In this year’s CASP, AlphaFold predicted the structure of dozens of proteins with a margin of error of just 1.6 angstroms—that’s 0.16 nanometers. This far outstrips all other computational methods and for the first time matches the accuracy of experimental techniques to map out the structure of proteins in the lab, such as cryo-electron microscopy, nuclear magnetic resonance and x-ray crystallography. These techniques are expensive and slow: it can take hundreds of thousands of dollars and years of trial and error for each protein. AlphaFold can find a protein’s shape in a few days.

But identifying a protein’s structure is very hard. For most proteins, researchers have the sequence of amino acids in the ribbon but not the contorted shape they fold into. And there are typically an astronomical number of possible shapes for each sequence. Researchers have been wrestling with the problem at least since the 1970s, when Christian Anfinsen won the Nobel prize for showing that sequences determined structure.

The breakthrough could help researchers design new drugs and understand diseases. In the longer term, predicting protein structure will also help design synthetic proteins, such as enzymes that digest waste or produce biofuels. Researchers are also exploring ways to introduce synthetic proteins that will increase crop yields and make plants more nutritious.

Shocking advance

“It’s a very substantial advance,” says Mohammed AlQuraishi, a systems biologist at Columbia University who has developed his own system for predicting protein structure. “It’s something I simply didn’t expect to happen nearly this rapidly. It’s shocking, in a way.”

“This really is a big deal,” says David Baker, head of the Institute for Protein Design at the University of Washington and leader of the team behind Rosetta, a family of protein analysis tools. “It’s an amazing achievement, like what they did with Go.”

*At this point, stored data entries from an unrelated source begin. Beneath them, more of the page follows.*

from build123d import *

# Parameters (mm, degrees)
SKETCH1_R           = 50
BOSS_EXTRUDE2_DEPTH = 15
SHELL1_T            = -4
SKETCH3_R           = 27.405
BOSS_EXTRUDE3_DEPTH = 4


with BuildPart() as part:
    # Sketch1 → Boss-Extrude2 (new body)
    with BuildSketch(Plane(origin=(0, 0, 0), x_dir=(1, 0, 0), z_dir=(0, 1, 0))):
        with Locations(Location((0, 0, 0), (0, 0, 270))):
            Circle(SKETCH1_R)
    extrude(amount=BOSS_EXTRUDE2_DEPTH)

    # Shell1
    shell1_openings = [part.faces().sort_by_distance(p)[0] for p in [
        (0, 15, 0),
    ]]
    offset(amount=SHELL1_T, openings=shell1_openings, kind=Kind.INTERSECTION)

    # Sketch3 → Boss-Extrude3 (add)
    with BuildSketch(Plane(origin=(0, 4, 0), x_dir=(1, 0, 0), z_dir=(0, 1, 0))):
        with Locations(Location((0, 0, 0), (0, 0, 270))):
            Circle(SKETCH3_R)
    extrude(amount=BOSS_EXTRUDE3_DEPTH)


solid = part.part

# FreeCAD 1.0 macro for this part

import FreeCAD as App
import Part
import Sketcher


def faces_at(feature, points):
    """Names of the faces that lie closest to the given points."""
    faces = feature.Shape.Faces
    near = lambda p: min(range(len(faces)), key=lambda i: faces[i].distToShape(Part.Vertex(*p))[0])
    return sorted({f"Face{near(p) + 1}" for p in points})

doc = App.newDocument("Part")
body = doc.addObject("PartDesign::Body", "Body")

sketch1 = body.newObject("Sketcher::SketchObject", "Sketch")
sketch1.AttachmentSupport = (doc.getObject("XZ_Plane"), [""])
sketch1.MapMode = "FlatFace"
sketch1.addGeometry(Part.Circle(App.Vector(0, 0, 0), App.Vector(0, 0, 1), 50), False)
sketch1.addConstraint([
    Sketcher.Constraint("Coincident", 0, 3, -1, 1),
    Sketcher.Constraint("Diameter", 0, 100.0),
])
pad1 = body.newObject("PartDesign::Pad", "Pad")
pad1.Profile = sketch1
pad1.Length = 15
pad1.Reversed = True
doc.recompute()

thickness = body.newObject("PartDesign::Thickness", "Thickness")
thickness.Base = (pad1, faces_at(pad1, [(0, 15, 0)]))
thickness.Value = 4
thickness.Reversed = True
thickness.Join = "Intersection"

sketch2 = body.newObject("Sketcher::SketchObject", "Sketch001")
sketch2.AttachmentSupport = (doc.getObject("XZ_Plane"), [""])
sketch2.MapMode = "FlatFace"
sketch2.AttachmentOffset = App.Placement(App.Vector(0, 0, -4), App.Rotation())
sketch2.addGeometry(Part.Circle(App.Vector(0, 0, 0), App.Vector(0, 0, 1), 27), False)
sketch2.addConstraint([
    Sketcher.Constraint("Coincident", 0, 3, -1, 1),
    Sketcher.Constraint("Diameter", 0, 54.81),
])
pad2 = body.newObject("PartDesign::Pad", "Pad001")
pad2.Profile = sketch2
pad2.Length = 4
pad2.Reversed = True

doc.recompute()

The launch of CASP in 1994 gave the field of predicting protein structures a boost. Every two years, the organizers release 100 or so amino acid sequences for proteins whose shapes have been identified in the lab but not yet made public. Dozens of teams from around the world then compete to find the correct way to fold them up using software. Many of the tools developed for CASP are already used by medical researchers. But progress was slow, with two decades of incremental advances failing to produce a shortcut to painstaking lab work.   

When DeepMind entered the competition in 2018 with its first version of AlphaFold, it gave CASP the jolt it was looking for. It still could not match the accuracy of a lab but it left other computational techniques in the dust. Researchers took note: soon many were adapting their own systems to work more like AlphaFold.

This year more than half of the entries use some form of deep learning, says Moult. The accuracy overall was higher as a result. Baker’s new system, called trRosetta, uses some of DeepMind’s ideas from 2018. But it still came a “very distant second,” he says.

In CASP, results are scored using what’s known as a global distance test (GDT), which measures on a scale from 0 to 100 how close a predicted structure is to the actual shape of a protein identified in lab experiments. The latest version of AlphaFold scored well for all proteins in the challenge. But it got a GDT score above 90 for around two thirds of them. Its GDT for the hardest proteins was 25 points higher than the next best team, says John Jumper, who heads up the AlphaFold team at DeepMind. In 2018 the lead was around six points.